**INSTRUCTIONS FOR THE TASK**
Write out the following listing's lines from the one with "#179=EDGE_CURVE('',#38,#129,#178,.T.);" to the one with "#197=ADVANCED_FACE('',(#193),#196,.F.);", exactly, with both included and no others.

◇ ◇ ◇ ◇ ◇ ◇ ◇

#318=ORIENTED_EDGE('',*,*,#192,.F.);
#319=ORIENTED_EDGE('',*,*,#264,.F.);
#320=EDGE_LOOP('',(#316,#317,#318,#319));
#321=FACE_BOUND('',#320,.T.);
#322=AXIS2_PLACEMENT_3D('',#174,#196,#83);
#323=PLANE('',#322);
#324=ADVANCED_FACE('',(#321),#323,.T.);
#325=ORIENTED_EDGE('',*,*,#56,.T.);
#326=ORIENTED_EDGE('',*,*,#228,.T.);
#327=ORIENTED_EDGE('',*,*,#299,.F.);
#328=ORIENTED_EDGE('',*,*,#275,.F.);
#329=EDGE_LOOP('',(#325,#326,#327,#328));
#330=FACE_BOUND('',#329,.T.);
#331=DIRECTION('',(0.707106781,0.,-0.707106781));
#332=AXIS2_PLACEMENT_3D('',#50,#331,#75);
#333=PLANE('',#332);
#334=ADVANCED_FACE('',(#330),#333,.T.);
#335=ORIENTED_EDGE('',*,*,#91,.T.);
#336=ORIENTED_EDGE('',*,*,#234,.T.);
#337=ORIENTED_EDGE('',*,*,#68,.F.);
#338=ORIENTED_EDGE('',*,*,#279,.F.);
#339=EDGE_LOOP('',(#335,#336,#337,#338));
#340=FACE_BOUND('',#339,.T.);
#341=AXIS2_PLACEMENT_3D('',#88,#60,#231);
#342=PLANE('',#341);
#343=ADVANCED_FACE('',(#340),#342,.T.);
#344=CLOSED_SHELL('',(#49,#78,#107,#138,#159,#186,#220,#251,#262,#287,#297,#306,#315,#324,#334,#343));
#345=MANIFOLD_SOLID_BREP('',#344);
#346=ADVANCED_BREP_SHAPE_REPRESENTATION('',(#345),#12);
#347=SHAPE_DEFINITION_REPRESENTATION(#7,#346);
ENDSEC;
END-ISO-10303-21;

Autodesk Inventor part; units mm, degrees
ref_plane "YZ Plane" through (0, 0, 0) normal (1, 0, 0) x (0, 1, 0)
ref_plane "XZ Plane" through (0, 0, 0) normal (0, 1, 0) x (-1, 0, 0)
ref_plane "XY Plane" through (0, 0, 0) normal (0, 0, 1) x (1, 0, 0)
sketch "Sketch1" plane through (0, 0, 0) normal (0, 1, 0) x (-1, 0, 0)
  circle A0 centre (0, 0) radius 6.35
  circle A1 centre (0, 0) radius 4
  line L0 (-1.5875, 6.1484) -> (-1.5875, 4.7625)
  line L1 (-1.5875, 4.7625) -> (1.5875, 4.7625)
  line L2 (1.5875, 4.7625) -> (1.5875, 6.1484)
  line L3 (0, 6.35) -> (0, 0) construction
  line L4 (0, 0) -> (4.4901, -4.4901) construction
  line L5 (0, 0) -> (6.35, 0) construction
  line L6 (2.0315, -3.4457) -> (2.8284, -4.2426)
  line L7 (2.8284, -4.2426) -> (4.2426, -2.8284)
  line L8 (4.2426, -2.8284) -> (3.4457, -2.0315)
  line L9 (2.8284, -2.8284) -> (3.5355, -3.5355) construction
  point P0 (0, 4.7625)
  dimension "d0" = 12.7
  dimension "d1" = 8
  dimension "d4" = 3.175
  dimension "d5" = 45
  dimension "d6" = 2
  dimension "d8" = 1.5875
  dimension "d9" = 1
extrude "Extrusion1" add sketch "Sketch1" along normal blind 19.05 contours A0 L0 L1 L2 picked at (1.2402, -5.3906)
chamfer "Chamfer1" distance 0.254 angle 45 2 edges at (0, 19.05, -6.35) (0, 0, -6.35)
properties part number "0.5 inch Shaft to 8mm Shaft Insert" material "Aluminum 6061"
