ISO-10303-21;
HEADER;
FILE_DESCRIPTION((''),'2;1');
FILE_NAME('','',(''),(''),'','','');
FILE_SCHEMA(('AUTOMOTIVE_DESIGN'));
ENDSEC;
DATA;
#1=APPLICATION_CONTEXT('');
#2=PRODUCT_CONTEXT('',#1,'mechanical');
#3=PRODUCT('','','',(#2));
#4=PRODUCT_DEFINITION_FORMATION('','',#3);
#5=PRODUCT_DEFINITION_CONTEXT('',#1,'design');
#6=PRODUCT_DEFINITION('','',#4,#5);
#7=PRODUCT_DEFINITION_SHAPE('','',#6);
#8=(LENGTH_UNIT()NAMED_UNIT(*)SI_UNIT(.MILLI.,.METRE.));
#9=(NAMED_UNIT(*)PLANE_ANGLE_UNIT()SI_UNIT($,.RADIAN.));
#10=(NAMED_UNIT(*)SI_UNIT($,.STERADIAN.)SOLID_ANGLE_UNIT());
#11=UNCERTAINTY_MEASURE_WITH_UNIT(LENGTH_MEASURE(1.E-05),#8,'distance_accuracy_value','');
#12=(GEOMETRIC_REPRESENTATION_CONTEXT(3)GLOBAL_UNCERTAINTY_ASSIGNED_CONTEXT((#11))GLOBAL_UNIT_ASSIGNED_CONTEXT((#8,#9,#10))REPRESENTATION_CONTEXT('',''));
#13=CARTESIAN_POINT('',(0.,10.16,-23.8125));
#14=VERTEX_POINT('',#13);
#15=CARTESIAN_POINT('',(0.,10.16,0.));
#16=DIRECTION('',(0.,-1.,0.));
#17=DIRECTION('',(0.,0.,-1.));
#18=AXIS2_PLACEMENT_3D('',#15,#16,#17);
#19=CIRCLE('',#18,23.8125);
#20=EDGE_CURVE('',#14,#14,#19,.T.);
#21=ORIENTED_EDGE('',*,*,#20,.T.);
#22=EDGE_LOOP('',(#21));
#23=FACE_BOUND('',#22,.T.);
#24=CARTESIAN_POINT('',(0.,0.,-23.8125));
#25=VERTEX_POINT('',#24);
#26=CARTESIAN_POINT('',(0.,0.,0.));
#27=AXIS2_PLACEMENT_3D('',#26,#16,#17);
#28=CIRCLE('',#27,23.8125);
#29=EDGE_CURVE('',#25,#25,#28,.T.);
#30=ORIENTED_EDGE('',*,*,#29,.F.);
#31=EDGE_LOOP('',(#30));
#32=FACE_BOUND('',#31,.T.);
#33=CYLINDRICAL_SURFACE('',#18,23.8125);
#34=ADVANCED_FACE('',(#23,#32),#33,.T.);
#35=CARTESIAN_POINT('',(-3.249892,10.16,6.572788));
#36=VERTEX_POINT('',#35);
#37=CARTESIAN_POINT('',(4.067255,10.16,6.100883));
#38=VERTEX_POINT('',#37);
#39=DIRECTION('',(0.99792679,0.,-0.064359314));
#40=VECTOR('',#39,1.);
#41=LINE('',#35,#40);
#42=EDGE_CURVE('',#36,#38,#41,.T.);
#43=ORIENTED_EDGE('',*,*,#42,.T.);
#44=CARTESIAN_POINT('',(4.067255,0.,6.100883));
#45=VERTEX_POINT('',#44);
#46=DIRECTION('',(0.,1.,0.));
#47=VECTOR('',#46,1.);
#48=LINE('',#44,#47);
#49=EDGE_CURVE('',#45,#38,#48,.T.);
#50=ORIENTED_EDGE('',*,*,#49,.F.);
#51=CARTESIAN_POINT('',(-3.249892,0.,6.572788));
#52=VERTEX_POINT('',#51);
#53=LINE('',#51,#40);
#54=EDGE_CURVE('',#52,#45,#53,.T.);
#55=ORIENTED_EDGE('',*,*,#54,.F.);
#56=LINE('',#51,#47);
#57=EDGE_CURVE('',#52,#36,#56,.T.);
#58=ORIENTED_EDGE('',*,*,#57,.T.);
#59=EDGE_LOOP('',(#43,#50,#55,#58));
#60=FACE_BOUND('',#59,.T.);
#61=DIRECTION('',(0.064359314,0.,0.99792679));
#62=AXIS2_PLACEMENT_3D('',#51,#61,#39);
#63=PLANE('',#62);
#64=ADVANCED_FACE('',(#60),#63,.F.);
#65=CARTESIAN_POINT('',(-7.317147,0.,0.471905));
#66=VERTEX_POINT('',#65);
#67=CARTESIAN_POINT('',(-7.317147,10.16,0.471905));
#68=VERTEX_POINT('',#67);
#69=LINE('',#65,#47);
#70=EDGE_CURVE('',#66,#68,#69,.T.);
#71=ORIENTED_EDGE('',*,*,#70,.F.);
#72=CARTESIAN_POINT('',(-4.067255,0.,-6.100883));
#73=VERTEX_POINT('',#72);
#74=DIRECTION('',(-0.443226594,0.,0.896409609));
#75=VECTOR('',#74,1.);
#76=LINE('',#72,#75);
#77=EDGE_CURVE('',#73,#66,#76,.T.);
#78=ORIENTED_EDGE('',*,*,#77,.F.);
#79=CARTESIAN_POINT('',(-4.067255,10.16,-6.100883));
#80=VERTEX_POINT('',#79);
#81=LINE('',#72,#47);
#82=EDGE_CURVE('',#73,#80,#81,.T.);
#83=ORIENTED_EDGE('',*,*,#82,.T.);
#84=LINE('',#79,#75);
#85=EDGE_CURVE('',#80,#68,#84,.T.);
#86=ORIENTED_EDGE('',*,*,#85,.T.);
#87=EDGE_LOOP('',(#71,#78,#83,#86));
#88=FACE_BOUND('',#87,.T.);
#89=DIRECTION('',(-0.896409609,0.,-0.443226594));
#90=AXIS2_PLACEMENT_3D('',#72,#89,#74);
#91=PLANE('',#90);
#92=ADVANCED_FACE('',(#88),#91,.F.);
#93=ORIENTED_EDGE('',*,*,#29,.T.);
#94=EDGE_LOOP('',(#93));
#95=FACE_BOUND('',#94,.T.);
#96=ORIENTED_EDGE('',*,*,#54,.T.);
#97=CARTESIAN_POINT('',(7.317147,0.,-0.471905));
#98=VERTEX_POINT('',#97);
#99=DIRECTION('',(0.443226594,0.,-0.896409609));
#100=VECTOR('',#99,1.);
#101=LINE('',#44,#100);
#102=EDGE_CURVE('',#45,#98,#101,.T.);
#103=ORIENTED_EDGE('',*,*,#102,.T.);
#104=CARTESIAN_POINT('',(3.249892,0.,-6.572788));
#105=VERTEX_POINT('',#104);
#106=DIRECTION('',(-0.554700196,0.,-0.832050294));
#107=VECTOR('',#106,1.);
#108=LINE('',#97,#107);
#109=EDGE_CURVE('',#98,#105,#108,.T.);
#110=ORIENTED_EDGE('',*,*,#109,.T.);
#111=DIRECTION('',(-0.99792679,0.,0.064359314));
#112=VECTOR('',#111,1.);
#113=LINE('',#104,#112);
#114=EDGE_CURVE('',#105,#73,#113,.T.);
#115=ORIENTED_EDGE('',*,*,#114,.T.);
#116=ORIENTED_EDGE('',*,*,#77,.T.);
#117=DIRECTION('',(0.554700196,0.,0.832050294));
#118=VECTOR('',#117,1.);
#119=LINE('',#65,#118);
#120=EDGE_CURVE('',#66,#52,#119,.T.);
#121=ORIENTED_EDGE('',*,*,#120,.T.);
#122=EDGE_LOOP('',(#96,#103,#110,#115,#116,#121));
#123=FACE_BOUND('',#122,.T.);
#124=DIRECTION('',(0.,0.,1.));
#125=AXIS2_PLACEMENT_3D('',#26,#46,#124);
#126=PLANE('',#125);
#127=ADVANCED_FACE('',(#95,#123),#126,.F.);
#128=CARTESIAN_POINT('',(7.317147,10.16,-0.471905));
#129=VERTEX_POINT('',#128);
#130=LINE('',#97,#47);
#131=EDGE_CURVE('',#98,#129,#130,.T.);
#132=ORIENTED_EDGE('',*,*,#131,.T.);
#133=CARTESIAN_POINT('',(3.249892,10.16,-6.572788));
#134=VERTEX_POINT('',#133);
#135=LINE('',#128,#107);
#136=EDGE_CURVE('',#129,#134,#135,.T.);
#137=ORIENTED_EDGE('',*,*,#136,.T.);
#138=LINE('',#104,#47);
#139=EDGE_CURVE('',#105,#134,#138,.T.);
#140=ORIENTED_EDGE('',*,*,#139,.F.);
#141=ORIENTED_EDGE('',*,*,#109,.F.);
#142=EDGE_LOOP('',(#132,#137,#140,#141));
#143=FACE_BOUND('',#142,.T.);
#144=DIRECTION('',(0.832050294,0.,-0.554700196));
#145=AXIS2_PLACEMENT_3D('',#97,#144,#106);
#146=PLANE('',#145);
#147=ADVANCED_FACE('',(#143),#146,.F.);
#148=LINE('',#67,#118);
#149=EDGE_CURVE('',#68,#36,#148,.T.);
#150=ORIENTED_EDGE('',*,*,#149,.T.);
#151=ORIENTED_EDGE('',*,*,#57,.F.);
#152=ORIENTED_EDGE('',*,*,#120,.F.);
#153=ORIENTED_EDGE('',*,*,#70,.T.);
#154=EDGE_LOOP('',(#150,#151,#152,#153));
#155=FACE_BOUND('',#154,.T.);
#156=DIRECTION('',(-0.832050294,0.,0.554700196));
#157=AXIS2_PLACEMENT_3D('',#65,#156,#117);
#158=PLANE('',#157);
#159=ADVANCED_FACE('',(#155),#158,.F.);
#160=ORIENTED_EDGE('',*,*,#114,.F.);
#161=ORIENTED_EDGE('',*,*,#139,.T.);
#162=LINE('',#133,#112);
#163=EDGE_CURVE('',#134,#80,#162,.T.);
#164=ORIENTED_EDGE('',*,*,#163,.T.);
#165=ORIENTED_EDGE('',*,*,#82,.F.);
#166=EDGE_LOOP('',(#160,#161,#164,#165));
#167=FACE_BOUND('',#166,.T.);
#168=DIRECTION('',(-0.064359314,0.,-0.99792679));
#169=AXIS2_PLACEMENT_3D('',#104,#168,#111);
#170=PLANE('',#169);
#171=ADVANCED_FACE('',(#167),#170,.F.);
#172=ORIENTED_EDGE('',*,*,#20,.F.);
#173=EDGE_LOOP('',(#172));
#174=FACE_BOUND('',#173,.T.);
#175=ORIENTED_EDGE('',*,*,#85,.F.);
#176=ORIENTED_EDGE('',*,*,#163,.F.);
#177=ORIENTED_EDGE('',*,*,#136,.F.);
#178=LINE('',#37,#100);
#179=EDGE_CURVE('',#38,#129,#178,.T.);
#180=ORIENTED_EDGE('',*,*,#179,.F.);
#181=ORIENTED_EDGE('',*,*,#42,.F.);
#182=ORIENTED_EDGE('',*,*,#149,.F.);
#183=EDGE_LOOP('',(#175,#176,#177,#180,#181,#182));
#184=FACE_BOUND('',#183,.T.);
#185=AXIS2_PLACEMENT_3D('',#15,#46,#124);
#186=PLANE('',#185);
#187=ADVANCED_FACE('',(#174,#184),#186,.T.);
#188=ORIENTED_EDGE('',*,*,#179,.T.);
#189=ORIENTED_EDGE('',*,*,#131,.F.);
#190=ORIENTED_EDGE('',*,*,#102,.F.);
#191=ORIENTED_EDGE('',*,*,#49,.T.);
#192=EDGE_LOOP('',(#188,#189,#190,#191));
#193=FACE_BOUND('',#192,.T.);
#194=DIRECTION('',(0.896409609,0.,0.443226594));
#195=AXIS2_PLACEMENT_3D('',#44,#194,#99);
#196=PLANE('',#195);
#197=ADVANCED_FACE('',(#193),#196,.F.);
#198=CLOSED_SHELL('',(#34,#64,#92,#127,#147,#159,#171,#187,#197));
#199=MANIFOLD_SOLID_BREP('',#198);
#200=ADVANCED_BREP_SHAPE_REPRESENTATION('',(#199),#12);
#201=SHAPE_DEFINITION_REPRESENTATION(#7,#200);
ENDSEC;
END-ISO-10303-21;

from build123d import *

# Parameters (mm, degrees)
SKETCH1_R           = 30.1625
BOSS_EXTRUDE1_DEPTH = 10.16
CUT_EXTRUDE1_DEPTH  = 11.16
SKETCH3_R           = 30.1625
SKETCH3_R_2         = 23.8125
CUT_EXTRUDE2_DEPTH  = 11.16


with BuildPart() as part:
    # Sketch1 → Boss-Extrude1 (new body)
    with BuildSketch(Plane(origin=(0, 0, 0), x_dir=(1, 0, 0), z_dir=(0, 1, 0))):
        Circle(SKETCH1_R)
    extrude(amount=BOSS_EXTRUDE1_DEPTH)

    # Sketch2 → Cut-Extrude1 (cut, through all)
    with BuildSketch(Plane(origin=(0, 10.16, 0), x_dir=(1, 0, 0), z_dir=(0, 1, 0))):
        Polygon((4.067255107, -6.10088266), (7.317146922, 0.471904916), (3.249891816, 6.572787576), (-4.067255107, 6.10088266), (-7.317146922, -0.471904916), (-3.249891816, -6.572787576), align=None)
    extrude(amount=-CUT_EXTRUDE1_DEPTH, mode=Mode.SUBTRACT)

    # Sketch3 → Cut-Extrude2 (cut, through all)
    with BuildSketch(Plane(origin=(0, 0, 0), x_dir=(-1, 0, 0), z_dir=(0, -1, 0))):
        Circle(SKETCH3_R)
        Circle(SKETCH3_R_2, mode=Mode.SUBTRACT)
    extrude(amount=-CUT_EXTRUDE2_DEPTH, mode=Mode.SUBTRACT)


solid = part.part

◇ ◇ ◇ ◇ ◇ ◇ ◇

**EXPECTED OUTPUT**
#179=EDGE_CURVE('',#38,#129,#178,.T.);
#180=ORIENTED_EDGE('',*,*,#179,.F.);
#181=ORIENTED_EDGE('',*,*,#42,.F.);
#182=ORIENTED_EDGE('',*,*,#149,.F.);
#183=EDGE_LOOP('',(#175,#176,#177,#180,#181,#182));
#184=FACE_BOUND('',#183,.T.);
#185=AXIS2_PLACEMENT_3D('',#15,#46,#124);
#186=PLANE('',#185);
#187=ADVANCED_FACE('',(#174,#184),#186,.T.);
#188=ORIENTED_EDGE('',*,*,#179,.T.);
#189=ORIENTED_EDGE('',*,*,#131,.F.);
#190=ORIENTED_EDGE('',*,*,#102,.F.);
#191=ORIENTED_EDGE('',*,*,#49,.T.);
#192=EDGE_LOOP('',(#188,#189,#190,#191));
#193=FACE_BOUND('',#192,.T.);
#194=DIRECTION('',(0.896409609,0.,0.443226594));
#195=AXIS2_PLACEMENT_3D('',#44,#194,#99);
#196=PLANE('',#195);
#197=ADVANCED_FACE('',(#193),#196,.F.);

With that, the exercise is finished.